3. The chicken and the rabbit are in the same cage (completed by the for loop program)
The express train and the local train go to the same place. Express fare 18 yuan, slow fare 13. 5 yuan, * * * sold 400 tickets, which is 5940 yuan. How many tickets do you want for the express train and the local train? .
5. Find the sum of four digits divisible by 5.
6. Fill in two figures in the following formula to make the equation hold.
□3*6528=3□*8256
7. There is a three-digit number, and the sum of its digits is 1 1 times, which is exactly equal to itself.

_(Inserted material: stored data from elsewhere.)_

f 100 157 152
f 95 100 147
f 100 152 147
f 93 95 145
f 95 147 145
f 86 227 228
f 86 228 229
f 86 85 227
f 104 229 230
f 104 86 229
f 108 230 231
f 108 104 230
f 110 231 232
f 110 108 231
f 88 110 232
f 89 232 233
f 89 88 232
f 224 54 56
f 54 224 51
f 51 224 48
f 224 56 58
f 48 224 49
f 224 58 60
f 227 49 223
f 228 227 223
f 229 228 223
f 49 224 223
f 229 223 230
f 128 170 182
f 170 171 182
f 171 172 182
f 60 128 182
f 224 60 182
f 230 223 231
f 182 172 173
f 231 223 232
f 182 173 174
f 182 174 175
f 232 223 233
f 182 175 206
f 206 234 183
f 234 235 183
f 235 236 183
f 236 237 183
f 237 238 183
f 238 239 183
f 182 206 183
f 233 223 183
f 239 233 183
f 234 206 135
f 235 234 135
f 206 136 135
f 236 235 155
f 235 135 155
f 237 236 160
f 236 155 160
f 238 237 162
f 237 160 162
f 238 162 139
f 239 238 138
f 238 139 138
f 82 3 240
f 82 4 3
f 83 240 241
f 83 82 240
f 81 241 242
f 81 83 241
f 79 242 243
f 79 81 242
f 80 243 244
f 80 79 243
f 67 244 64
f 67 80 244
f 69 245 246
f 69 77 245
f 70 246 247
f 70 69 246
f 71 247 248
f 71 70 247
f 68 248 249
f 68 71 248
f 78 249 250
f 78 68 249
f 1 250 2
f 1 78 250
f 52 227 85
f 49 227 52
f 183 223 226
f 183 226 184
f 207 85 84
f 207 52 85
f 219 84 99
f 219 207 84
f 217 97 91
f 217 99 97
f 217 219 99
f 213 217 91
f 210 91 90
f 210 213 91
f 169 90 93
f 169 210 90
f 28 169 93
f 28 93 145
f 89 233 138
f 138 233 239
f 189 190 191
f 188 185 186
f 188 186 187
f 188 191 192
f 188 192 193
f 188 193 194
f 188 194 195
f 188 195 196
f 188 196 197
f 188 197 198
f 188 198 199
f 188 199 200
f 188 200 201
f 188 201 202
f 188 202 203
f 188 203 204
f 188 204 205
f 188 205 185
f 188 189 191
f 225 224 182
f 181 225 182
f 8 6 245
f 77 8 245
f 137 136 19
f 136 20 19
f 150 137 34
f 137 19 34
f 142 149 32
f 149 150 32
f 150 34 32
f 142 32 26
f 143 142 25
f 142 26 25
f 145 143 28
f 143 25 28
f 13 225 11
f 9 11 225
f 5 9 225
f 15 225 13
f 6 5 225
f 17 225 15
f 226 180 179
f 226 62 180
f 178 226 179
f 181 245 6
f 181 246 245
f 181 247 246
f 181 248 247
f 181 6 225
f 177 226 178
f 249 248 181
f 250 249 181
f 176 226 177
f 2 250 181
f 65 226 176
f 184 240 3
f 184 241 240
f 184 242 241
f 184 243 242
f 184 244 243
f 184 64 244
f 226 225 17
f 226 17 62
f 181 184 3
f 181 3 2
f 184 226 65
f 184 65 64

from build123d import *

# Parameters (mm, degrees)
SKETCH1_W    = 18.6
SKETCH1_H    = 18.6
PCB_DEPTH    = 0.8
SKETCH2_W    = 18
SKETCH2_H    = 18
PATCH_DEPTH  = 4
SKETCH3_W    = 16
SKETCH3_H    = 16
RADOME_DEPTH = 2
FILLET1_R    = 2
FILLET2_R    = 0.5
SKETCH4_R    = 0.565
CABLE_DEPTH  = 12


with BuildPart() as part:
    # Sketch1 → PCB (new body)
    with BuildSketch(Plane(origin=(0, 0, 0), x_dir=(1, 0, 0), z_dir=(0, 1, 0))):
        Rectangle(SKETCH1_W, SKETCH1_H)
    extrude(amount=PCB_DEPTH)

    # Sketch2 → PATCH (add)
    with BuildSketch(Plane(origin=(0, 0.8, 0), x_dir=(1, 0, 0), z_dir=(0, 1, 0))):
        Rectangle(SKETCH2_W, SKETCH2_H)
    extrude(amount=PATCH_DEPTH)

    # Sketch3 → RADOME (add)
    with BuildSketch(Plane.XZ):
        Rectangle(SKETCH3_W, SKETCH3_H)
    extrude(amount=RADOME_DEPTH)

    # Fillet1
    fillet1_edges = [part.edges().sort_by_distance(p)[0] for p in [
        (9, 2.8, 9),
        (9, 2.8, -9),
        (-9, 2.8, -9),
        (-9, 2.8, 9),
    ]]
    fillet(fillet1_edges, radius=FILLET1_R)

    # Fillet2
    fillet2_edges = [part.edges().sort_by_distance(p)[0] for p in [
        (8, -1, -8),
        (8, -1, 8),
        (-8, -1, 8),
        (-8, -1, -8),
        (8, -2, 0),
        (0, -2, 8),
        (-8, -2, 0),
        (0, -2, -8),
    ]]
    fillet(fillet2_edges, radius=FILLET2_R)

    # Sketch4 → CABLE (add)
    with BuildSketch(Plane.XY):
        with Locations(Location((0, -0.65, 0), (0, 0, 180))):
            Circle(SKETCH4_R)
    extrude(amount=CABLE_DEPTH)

Please program and find this three-digit number.
8. In natural numbers, if a three-digit number is equal to the cubic sum of its own digits, it is called daffodil number. For example: 153= 13+53+33, then 153 is a narcissus. Find all the daffodils.
9. The program prints the following patterns:
Parallelogram isosceles three-solution rhombus
****** * *
****** *** ***
****** ***** *****
****** ******* ***
****** ********* *
10. Program and print the following patterns:
1
222
33333
4444444
555555555
1 1. There are three kinds of postcards: one for each set, and the price is 2 yuan; The second one is for each set, and the price is 4 yuan; The third type is 9 pieces per set, and the price is 2 yuan. At present, 100 yuan is used to buy 100 postcards, and each postcard must have at least one set. How many sets of these three postcards should I buy? Please output all purchase plans.
12. If someone wants to change one yuan into five cents, two cents and one penny, how many exchange schemes are there under the condition that there is at least one of each of the three kinds of change? Make these plans.
13.
14. Output all prime numbers within 100, with 5 displayed on each line.
15. The sum, difference, product and quotient of two natural numbers A and B add up to 243. Find the numbers a and b ..
16. Buy 100 chickens for 100 yuan: I have 100 yuan now and want to buy 100 chickens, a rooster 3 yuan, a hen 1 yuan and three chickens 1 yuan. If you want to buy at least 1 rooster, hen and chicken, please program and find that you have just used up 65438.
If the answer is adopted, the experience value and wealth value can be improved simultaneously.